Meinen ersten Kontakt mit der Kirche, der mich sehr geprägt hat, war der Konfirmationsunterricht. Meine Familie, eine Handwerkerfamilie in Malchin, war der Kirche aber schon sehr verbunden – selbst zu DDR-Zeiten. Ich habe mich auch während meiner Ausbildung zum Elektriker mehr für den Glauben als für die Technik interessiert. Ich dachte mir damals: Irgendetwas musst du ja beruflich machen. Nach meinem Zivildienst im Schweriner Dom stand meine Entscheidung dann aber fest: Ich wollte Theologie studieren. Dass ich Pastor werden würde, war damals noch gar nicht geplant. Es wurde mit der Zeit aber immer deutlicher.
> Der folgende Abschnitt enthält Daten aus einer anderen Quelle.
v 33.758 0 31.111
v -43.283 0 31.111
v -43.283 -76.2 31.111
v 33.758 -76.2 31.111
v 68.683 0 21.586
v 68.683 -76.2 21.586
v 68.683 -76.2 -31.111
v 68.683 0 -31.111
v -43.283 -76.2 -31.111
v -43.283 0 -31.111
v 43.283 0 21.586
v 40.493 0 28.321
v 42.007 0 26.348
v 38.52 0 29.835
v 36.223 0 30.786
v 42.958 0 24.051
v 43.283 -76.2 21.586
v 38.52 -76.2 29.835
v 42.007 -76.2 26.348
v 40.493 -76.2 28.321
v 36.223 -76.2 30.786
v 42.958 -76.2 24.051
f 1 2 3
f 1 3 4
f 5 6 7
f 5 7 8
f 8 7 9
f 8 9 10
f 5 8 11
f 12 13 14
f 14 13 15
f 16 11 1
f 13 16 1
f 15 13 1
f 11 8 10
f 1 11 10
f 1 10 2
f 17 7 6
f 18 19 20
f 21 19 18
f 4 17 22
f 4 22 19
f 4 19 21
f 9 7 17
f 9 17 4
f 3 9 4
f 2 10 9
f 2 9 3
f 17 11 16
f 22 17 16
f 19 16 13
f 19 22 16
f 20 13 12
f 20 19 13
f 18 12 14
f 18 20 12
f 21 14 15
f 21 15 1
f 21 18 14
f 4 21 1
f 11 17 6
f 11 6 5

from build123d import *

# Parameters (mm, degrees)
F0_W      = 86.565242
F0_H      = 62.221606
F1_DEPTH  = 76.2
F2_R      = 9.525
F1_FACE_W = 76.2
F1_FACE_H = 52.696606
F3_DEPTH  = 25.4


with BuildPart() as f1:
    # F0 (on Front) → F1 (new body)
    with BuildSketch(Plane.XZ):
        Rectangle(F0_W, F0_H)
    extrude(amount=F1_DEPTH)

    # F2
    f2_edges = [f1.edges().sort_by_distance(p)[0] for p in [
        (43.282621, -38.1, 31.110803),
    ]]
    fillet(f2_edges, radius=F2_R)

    # F1_face (on face) → F3 (join)
    with BuildSketch(Plane(origin=(43.282621, -38.1, -4.7625), x_dir=(0, 1, 0), z_dir=(1, 0, 0))):
        Rectangle(F1_FACE_W, F1_FACE_H)
    extrude(amount=F3_DEPTH)


solid = f1.part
Mein Studium in Rostock habe ich 2006 begonnen, in den folgenden Jahren habe ich ein Auslandsstudium in Nottingham in England absolviert, ein Vikariat in Bargteheide und zuletzt ein Auslandsvikariat in Kopenhagen gemacht.

Geleitet hat mich über die ganze Zeit eigentlich immer mein Konfirmationsspruch, Psalm 36 Vers 10: „Denn bei dir ist die Quelle des Lebens, in deinem Licht schauen wir das Licht.“ Ich möchte von diesem Licht aus arbeiten und mich immer wieder darauf beziehen.

Wie sehen Sie eine moderne Kirche?
Ich verstehe mich zum Beispiel nicht als Pastor für nur jene, die ihre Kirchensteuer zahlen. Ich will für alle Menschen da sein, die in der Region leben. Ich selbst habe mir das Ziel gesetzt, den Glauben voll zu leben. Also nicht nur in den Predigten davon zu sprechen, sondern ihn jeden Tag aufs neue zu zeigen. Dass immer weniger Leute zur Kirche gehen, hat sicherlich mit Demografie zu tun, dennoch möchte ich als Pastor eine Sprache finden, die von allen verstanden wird. Denn der Leitgedanke der Bibel ist nach wie vor aktuell und spricht uns täglich an: Nächstenliebe. Statt theologischen Floskeln möchte ich, dass die Menschen die Aktualität verstehen. Es wäre schön, wenn in meinen Predigten rüberkommt, wie reich uns das macht, was geschrieben steht. Die zentrale Botschaft lautet: Gott ist da! Selbst im Leid.

Das Verständnis möchte ich mit Offenheit erreichen. Auch wenn Gott immer wieder ins Spiel zu bringen nicht immer leicht fallen mag.

Worauf freuen Sie sich in Gadebusch?

Was mir unbedingt am Herzen liegt, ist die Menschen in Gadebusch, Groß Salitz und Roggendorf kennenzulernen. Ich freue mich, dass ich nach Gadebusch entsandt worden bin. Dafür, dass die Stelle des Pastors über ein Jahr lang vakant war, ist hier sehr viel Leben in der Gemeinde. Die Leute hier sind wirklich engagiert.

Und ich habe die beste Adresse hier im Ort: Platz der Freiheit 1. Viel besser geht es nicht. Denn mein Credo ist, die Kirche als einen Ort der Freiheit anzunehmen und zu wissen, dass Gott mich nimmt, wie ich bin.

Nun freue ich mich auf meine Ordination am 18. Februar um 15 Uhr in der Stadtkirche Gadebusch.

Was machen Sie, wenn Sie nicht auf der Kanzel stehen?

In meinem Hobby dreht sich alles ums Wasser. Segeln, paddeln, schwimmen. Außerdem verreise ich gerne, lerne andere Kulturen kennen. Richtig gut entspannen kann ich aber auch am Strand der Ostsee, wenn die Sonne scheint.